Having already used JVC for the past decade, Martin and his team knew that the brand would be ideal for the station. “We really like the viewfinders, pan-zoom-focus controls and RCU functionality,” adds Martin. “Due to the unique configuration of our control room, we also asked JVC to assist with creating a special mount to hold those three camera controls in a more upright, tilted position, rather than the standard, flat, desktop version; that has worked well for us. The other great part about the new system is that the vectorscope and waveform information are instantly displayed on the engineering screen. With JVC, the overall quality of our productions has substantially risen above members’ expectations. When people think of public access, they think of how things looked in the 90s. Being able to give the public an opportunity to use professional level gear is extremely beneficial and simplified by brands like JVC.”

As a community-driven studio, Access Sacramento’s main user base ranges from beginners and those who are re-careering, to those who are retired and still want to use their professional skills. “The nice part about the JVC equipment is that it is user-friendly,” continues Martin. “In a short amount of time, I can teach someone with very little experience how to operate the camera. Additionally, JVC helps to make sure the cameras match up in the studio, both with syncing and picture quality. That ease of operation ensures that members are able to create their programs without having to worry about the more in-depth technical aspects of TV production. We don’t want technology to get in the way of our members having their voice in the community. JVC’s products have been the foundation of how we teach our members to do television.”
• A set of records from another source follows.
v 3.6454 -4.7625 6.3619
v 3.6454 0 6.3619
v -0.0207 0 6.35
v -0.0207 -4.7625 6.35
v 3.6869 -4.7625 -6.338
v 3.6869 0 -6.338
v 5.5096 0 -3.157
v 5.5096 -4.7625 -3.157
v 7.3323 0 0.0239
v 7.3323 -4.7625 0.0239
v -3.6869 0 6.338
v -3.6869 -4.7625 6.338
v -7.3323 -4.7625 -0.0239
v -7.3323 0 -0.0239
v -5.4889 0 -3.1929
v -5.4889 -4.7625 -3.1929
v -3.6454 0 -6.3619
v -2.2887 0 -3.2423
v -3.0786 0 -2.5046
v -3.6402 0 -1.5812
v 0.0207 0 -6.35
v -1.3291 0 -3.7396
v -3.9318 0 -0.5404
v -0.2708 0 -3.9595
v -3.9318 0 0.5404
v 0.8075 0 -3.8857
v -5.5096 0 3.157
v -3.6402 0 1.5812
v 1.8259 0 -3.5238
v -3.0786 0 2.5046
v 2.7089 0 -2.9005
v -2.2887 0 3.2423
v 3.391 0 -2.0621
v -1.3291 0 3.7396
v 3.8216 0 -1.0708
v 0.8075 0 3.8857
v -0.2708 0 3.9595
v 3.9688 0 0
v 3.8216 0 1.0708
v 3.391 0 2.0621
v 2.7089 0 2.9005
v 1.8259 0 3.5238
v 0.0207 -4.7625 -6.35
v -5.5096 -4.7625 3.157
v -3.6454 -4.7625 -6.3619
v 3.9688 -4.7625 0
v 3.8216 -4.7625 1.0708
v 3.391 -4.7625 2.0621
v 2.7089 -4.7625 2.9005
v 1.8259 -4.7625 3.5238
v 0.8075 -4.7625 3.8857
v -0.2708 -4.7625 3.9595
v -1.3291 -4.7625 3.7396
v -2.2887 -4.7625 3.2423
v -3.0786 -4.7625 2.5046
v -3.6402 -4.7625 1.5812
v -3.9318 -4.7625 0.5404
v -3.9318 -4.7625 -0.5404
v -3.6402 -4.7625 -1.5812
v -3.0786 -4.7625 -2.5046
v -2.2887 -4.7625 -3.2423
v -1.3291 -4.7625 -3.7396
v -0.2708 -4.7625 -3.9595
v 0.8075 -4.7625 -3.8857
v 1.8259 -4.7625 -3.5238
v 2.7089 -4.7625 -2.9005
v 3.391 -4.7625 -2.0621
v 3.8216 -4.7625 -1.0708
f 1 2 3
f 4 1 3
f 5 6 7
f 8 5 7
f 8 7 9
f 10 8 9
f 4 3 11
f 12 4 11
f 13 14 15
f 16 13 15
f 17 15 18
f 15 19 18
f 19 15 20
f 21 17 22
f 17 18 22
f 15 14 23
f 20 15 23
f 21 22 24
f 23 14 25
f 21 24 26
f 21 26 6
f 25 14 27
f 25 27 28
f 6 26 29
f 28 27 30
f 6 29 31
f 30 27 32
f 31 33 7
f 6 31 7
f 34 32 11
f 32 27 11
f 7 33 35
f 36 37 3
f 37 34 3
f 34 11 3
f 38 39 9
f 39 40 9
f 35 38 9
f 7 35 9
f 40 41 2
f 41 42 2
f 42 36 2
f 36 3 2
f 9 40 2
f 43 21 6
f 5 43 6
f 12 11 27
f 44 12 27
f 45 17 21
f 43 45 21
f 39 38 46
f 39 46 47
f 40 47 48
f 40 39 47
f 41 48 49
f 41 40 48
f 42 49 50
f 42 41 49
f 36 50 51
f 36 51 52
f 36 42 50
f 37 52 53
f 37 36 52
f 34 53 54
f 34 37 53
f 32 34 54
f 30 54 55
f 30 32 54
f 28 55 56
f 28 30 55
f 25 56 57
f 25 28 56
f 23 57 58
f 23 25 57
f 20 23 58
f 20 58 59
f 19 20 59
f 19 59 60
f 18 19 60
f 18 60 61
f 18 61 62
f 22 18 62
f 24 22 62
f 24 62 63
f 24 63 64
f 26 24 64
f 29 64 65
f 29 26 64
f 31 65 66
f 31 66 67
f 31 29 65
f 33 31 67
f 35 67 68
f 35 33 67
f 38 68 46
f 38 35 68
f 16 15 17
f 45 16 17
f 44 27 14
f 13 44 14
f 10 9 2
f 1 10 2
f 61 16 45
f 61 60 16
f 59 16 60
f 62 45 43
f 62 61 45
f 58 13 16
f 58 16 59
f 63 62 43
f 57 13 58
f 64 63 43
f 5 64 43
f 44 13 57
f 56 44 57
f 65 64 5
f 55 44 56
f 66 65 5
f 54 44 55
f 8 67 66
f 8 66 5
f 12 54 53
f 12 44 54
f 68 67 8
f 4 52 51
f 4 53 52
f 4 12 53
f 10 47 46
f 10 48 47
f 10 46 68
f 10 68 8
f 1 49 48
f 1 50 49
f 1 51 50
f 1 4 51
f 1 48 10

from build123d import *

# Parameters (mm, degrees)
F0_R     = 3.96875
F1_DEPTH = 4.7625


with BuildPart() as f1:
    # F0 (on Front) → F1 (new body)
    with BuildSketch(Plane.XZ):
        with BuildLine():
            ThreePointArc((5.5096007047, -3.1570239268), (6.1363044447, -1.6334833218), (6.35, 0))
            ThreePointArc((6.35, 0), (6.1309371935, 1.6535141757), (5.4888632664, 3.1929422235))
            ThreePointArc((5.4888632664, 3.1929422235), (3.1570238869, 5.5096007276), (-0.0207375096, 6.3499661382))
            ThreePointArc((-0.0207375096, 6.3499661382), (-3.1929422935, 5.4888632257), (-5.5096007601, 3.1570238302))
            ThreePointArc((-5.5096007601, 3.1570238302), (-6.3499661379, -0.0207375771), (-5.4888631828, -3.1929423673))
            ThreePointArc((-5.4888631828, -3.1929423673), (-3.1570238246, -5.5096007633), (0.020737487, -6.3499661382))
            ThreePointArc((0.020737487, -6.3499661382), (3.1929422356, -5.4888632594), (5.5096007047, -3.1570239268))
        make_face()
        Circle(F0_R, mode=Mode.SUBTRACT)
        with BuildLine():
            ThreePointArc((-5.5096007601, 3.1570238302), (-3.1929422935, 5.4888632257), (-0.0207375096, 6.3499661382))
            Line((-0.0207375096, 6.3499661382), (-3.6868921494, 6.3379933427))
            Line((-3.6868921494, 6.3379933427), (-5.5096007601, 3.1570238302))
        make_face()
        with BuildLine():
            ThreePointArc((-5.4888631828, -3.1929423673), (-6.3499661379, -0.0207375771), (-5.5096007601, 3.1570238302))
            Line((-5.5096007601, 3.1570238302), (-7.3323093185, -0.023945591))
            Line((-7.3323093185, -0.023945591), (-5.4888631828, -3.1929423673))
        make_face()
        with BuildLine():
            Line((-3.6454171691, -6.3619389337), (0.020737487, -6.3499661382))
            ThreePointArc((0.020737487, -6.3499661382), (-3.1570238246, -5.5096007633), (-5.4888631828, -3.1929423673))
            Line((-5.4888631828, -3.1929423673), (-3.6454171691, -6.3619389337))
        make_face()
        with BuildLine():
            Line((3.6868921494, -6.3379933427), (5.5096007047, -3.1570239268))
            ThreePointArc((5.5096007047, -3.1570239268), (3.1929422356, -5.4888632594), (0.020737487, -6.3499661382))
            Line((0.020737487, -6.3499661382), (3.6868921494, -6.3379933427))
        make_face()
        with BuildLine():
            ThreePointArc((5.4888632664, 3.1929422235), (6.1309371935, 1.6535141757), (6.35, 0))
            ThreePointArc((6.35, 0), (6.1363044447, -1.6334833218), (5.5096007047, -3.1570239268))
            Line((5.5096007047, -3.1570239268), (7.3323093185, 0.023945591))
            Line((7.3323093185, 0.023945591), (5.4888632664, 3.1929422235))
        make_face()
        with BuildLine():
            ThreePointArc((-0.0207375096, 6.3499661382), (3.1570238869, 5.5096007276), (5.4888632664, 3.1929422235))
            Line((5.4888632664, 3.1929422235), (3.6454171691, 6.3619389337))
            Line((3.6454171691, 6.3619389337), (-0.0207375096, 6.3499661382))
        make_face()
    extrude(amount=F1_DEPTH)


solid = f1.part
In addition to the quality of the cameras, Martin credits JVC’s customer support as being top-notch. “Anytime we have a question – whether it’s the equipment, operation, set up or maintenance, the JVC staff has been tremendous. Even when one of our old cameras suddenly had a black dot appear out of nowhere, the JVC team was able tell the engineer how to navigate the menus to do a pixel shift and the problem just disappeared. That camera is nearly 10 years old and it still in operation.”
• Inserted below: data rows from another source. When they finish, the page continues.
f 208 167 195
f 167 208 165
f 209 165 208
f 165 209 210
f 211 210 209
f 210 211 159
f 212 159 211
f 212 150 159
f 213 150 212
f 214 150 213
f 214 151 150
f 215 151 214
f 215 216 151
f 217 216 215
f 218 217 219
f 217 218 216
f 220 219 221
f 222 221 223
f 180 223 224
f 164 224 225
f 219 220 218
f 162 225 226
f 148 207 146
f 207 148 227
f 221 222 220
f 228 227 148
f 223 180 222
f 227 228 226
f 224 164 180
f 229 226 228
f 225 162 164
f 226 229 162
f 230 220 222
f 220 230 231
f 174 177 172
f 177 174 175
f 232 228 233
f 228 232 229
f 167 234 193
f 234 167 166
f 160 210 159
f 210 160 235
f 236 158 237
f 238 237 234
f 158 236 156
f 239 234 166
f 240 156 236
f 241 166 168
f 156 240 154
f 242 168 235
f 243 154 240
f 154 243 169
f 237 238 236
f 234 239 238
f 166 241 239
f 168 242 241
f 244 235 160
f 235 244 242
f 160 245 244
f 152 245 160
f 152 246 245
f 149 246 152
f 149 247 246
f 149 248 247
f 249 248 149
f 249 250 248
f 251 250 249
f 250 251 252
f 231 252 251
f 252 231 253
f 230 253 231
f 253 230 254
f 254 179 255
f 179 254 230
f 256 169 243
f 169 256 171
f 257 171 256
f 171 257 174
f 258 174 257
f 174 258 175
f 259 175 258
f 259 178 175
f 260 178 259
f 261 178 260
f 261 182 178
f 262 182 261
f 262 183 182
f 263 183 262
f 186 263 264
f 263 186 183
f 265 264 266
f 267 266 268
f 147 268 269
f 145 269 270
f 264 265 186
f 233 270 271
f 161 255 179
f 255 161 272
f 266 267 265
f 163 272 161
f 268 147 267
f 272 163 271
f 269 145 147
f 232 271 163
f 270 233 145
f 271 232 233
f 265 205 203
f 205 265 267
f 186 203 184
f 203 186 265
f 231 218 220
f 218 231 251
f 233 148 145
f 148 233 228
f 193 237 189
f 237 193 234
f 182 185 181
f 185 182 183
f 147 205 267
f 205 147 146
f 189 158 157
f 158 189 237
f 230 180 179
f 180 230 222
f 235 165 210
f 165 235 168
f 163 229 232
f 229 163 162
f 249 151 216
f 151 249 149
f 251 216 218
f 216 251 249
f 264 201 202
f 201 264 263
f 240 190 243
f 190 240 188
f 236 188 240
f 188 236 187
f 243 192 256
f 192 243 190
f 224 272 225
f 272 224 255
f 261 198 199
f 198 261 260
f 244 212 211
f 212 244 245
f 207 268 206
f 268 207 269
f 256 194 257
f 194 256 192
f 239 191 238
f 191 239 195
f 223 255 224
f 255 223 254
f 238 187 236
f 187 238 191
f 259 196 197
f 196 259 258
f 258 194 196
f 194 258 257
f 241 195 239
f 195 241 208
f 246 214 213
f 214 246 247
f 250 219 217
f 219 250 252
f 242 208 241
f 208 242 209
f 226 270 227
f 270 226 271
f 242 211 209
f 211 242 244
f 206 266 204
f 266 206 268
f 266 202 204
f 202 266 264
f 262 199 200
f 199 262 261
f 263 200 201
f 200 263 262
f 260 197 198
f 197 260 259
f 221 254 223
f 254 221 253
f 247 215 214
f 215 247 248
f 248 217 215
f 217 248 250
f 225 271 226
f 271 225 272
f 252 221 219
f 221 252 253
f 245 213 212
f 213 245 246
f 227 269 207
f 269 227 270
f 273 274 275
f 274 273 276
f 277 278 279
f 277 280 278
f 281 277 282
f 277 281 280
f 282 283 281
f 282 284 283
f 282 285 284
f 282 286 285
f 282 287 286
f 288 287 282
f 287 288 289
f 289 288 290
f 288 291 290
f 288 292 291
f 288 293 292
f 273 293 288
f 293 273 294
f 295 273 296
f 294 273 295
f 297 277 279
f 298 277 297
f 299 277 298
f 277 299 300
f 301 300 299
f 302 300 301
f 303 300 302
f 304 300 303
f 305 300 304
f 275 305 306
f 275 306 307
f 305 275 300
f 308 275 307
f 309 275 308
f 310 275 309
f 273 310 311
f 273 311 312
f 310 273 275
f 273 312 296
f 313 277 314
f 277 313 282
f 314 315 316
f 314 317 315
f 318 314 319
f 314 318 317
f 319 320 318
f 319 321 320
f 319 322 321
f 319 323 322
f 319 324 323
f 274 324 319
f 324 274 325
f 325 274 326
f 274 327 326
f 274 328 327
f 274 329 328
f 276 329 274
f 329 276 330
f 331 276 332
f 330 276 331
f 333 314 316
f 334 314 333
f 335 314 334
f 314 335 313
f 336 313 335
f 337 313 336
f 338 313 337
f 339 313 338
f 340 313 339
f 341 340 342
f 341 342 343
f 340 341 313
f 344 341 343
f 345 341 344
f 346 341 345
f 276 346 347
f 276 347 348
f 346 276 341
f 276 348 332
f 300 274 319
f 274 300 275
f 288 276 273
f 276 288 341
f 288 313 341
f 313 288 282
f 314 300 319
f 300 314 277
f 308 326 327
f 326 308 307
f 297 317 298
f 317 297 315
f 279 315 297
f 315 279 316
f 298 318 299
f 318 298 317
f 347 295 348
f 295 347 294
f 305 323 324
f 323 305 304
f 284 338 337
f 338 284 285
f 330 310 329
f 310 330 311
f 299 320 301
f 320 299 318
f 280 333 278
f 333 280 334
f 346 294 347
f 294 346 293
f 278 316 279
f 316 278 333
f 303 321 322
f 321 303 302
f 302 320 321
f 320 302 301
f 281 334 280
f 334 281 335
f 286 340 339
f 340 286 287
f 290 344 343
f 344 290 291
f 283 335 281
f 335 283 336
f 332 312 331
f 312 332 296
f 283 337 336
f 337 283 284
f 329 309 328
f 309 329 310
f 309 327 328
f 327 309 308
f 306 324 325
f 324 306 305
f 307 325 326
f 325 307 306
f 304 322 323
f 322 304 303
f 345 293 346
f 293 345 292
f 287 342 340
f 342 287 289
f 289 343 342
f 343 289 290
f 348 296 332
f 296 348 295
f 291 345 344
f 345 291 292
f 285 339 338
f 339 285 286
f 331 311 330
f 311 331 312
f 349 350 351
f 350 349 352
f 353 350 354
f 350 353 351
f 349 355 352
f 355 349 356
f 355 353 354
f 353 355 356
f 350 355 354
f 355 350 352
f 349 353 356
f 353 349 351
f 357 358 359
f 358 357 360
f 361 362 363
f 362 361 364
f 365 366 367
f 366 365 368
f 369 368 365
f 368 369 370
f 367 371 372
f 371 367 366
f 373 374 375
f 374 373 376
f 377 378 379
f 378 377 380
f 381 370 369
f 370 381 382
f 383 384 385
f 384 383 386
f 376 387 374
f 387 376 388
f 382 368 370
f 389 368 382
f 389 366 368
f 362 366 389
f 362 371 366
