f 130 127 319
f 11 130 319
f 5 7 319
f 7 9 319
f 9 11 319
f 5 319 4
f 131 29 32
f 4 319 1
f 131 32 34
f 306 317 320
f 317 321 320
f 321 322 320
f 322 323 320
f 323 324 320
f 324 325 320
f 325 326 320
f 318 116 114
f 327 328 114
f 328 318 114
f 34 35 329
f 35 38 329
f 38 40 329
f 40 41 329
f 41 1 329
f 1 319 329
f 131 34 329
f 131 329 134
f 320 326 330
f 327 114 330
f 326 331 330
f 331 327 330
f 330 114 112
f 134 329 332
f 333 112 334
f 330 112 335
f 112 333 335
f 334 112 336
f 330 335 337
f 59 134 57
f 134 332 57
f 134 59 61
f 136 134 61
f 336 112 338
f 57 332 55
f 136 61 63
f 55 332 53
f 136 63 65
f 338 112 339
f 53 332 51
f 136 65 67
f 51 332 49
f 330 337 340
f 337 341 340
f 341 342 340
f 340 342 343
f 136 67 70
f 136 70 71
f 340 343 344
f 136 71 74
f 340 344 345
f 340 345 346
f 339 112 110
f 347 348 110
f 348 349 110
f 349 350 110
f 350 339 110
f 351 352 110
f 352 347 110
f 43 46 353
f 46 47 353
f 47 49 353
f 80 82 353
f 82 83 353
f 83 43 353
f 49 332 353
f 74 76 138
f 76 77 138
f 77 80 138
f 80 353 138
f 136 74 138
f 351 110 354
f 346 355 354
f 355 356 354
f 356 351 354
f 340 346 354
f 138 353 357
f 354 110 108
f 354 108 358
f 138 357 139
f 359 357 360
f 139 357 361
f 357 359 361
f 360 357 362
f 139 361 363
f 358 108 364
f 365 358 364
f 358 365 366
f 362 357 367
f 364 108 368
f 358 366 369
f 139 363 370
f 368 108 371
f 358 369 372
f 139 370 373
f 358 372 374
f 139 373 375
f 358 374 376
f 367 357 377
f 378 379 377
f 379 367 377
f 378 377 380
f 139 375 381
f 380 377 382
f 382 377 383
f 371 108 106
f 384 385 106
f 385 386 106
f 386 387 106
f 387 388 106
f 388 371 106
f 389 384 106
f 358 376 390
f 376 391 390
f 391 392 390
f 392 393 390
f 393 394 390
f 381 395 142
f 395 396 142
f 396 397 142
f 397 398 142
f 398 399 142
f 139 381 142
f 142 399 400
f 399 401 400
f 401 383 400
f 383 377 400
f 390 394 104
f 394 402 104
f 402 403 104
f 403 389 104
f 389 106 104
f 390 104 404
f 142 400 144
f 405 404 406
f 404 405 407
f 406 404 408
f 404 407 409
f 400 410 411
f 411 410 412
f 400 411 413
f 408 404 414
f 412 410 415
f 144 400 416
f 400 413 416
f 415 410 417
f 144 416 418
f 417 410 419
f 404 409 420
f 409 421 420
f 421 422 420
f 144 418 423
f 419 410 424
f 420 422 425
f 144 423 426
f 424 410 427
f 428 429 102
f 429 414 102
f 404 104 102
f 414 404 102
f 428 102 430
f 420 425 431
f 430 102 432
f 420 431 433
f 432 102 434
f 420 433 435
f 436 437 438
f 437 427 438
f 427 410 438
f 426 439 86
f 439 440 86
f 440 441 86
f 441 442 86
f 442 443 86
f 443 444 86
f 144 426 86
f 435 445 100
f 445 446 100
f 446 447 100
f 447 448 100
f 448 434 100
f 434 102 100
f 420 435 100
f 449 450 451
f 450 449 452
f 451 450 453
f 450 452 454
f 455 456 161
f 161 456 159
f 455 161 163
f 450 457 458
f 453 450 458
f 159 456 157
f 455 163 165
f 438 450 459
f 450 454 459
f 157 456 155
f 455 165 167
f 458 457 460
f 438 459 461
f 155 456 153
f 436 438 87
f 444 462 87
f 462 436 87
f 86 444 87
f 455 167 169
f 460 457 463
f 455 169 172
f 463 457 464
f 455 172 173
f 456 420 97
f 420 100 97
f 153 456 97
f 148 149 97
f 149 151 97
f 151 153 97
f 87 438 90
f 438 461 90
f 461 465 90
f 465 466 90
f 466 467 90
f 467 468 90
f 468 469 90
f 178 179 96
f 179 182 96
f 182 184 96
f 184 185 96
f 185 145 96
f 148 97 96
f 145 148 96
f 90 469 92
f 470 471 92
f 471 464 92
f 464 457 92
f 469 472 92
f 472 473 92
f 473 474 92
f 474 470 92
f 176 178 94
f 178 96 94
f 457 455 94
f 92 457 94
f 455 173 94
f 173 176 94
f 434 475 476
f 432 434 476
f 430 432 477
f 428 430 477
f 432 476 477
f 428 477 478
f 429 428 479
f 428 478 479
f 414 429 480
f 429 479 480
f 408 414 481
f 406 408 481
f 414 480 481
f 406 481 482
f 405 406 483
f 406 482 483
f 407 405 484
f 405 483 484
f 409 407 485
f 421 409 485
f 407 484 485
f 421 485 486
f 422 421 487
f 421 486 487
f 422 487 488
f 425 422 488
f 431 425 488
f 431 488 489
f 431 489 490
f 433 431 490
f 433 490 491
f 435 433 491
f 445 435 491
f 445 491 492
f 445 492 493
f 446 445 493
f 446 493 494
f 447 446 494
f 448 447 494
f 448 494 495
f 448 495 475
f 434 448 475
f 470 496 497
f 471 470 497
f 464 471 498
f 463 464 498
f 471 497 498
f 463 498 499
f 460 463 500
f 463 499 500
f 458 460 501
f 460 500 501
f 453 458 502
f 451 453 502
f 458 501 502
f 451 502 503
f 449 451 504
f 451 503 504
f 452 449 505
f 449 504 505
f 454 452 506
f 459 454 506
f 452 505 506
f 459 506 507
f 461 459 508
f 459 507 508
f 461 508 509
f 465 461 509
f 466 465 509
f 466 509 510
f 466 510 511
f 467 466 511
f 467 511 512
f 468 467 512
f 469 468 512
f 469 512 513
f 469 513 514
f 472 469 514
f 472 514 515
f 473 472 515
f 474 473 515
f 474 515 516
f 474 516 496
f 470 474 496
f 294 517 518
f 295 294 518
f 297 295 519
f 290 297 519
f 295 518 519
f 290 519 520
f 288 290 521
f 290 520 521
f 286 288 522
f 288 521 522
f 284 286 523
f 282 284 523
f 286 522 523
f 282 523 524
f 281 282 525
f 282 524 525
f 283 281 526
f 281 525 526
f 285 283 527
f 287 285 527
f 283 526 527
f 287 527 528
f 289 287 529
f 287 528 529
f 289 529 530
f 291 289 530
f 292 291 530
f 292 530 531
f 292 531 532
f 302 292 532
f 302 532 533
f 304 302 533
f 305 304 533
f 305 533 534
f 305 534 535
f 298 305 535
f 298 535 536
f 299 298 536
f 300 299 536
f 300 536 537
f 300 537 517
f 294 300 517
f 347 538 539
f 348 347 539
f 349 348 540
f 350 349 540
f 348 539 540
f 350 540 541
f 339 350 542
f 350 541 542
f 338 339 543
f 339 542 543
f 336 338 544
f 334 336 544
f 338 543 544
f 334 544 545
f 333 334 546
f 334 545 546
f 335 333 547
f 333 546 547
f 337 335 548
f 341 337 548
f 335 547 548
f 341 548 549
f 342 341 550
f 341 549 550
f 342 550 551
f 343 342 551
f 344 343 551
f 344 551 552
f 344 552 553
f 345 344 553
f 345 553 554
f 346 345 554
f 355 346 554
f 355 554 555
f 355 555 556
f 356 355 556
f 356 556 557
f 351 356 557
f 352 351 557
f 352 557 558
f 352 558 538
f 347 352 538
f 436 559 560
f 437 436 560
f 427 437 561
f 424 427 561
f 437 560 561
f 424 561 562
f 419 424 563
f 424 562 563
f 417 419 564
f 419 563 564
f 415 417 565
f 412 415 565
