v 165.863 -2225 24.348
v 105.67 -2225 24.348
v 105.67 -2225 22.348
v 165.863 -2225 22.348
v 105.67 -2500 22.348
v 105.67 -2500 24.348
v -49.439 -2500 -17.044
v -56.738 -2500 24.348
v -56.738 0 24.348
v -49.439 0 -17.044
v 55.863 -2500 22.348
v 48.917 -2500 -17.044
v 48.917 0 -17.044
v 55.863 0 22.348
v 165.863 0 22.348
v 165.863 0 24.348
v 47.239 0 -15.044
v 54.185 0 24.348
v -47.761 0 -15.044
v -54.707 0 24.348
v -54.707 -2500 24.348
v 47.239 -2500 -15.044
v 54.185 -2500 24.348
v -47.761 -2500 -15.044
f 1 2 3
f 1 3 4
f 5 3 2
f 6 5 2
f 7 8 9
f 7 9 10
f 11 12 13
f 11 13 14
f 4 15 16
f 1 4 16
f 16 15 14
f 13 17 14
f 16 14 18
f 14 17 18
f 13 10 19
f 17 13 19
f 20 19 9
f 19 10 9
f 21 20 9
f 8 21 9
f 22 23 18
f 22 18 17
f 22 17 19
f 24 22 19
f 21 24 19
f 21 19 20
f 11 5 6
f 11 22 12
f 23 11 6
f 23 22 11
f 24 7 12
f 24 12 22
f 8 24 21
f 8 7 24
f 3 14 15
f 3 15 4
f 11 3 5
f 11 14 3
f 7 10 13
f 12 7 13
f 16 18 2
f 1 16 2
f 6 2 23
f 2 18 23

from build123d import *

# Parameters (mm, degrees)
F1_DEPTH = 2500
F2_DEPTH = 50
F3_W     = 60.1930970593
F3_H     = 2
F4_DEPTH = 275


with BuildPart() as f1:
    # F0 (on Front) → F1 (new body)
    with BuildSketch(Plane.XZ):
        Polygon((-47.7612030406, -15.0440340683), (-54.7071301473, 24.3482760522), (-56.7379833711, 24.3482760522), (-49.439402303, -17.0440340683), (48.9169962217, -17.0440340683), (55.8629233284, 22.3482760522), (115.8629233284, 22.3482760522), (115.8629233284, 24.3482760522), (54.1847240661, 24.3482760522), (47.2387969594, -15.0440340683), align=None)
    extrude(amount=F1_DEPTH)

    # F2 (add): a face of the model
    f2_faces = [f1.faces().sort_by_distance(p)[0] for p in [
        (115.8629233284, -1250, 23.3482760522),
    ]]
    extrude(f2_faces, amount=F2_DEPTH)

    # F3 (on face) → F4 (cut)
    with BuildSketch(Plane.XZ.offset(2500)):
        with Locations((135.7663747988, 23.3482760522)):
            Rectangle(F3_W, F3_H)
    extrude(amount=-F4_DEPTH, mode=Mode.SUBTRACT)


solid = f1.part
Access Sacramento is a non-profit public access station that provides 100 percent local television and radio programming to the greater Sacramento region. The station delivers free coverage of important community events and sports, professional development and enrichment courses, media arts opportunities and topically important programs for the region’s diverse population. Since 1996, the station has presented a weekly arts and culture interview show, called “Live Wire” on Wednesdays. It also airs a music program called “Listen Up Sacramento,” which features up-and-coming local bands playing a 30-minute live set. A historical program called “Living in the West” is a documentary-style show designed to teach students the history of California.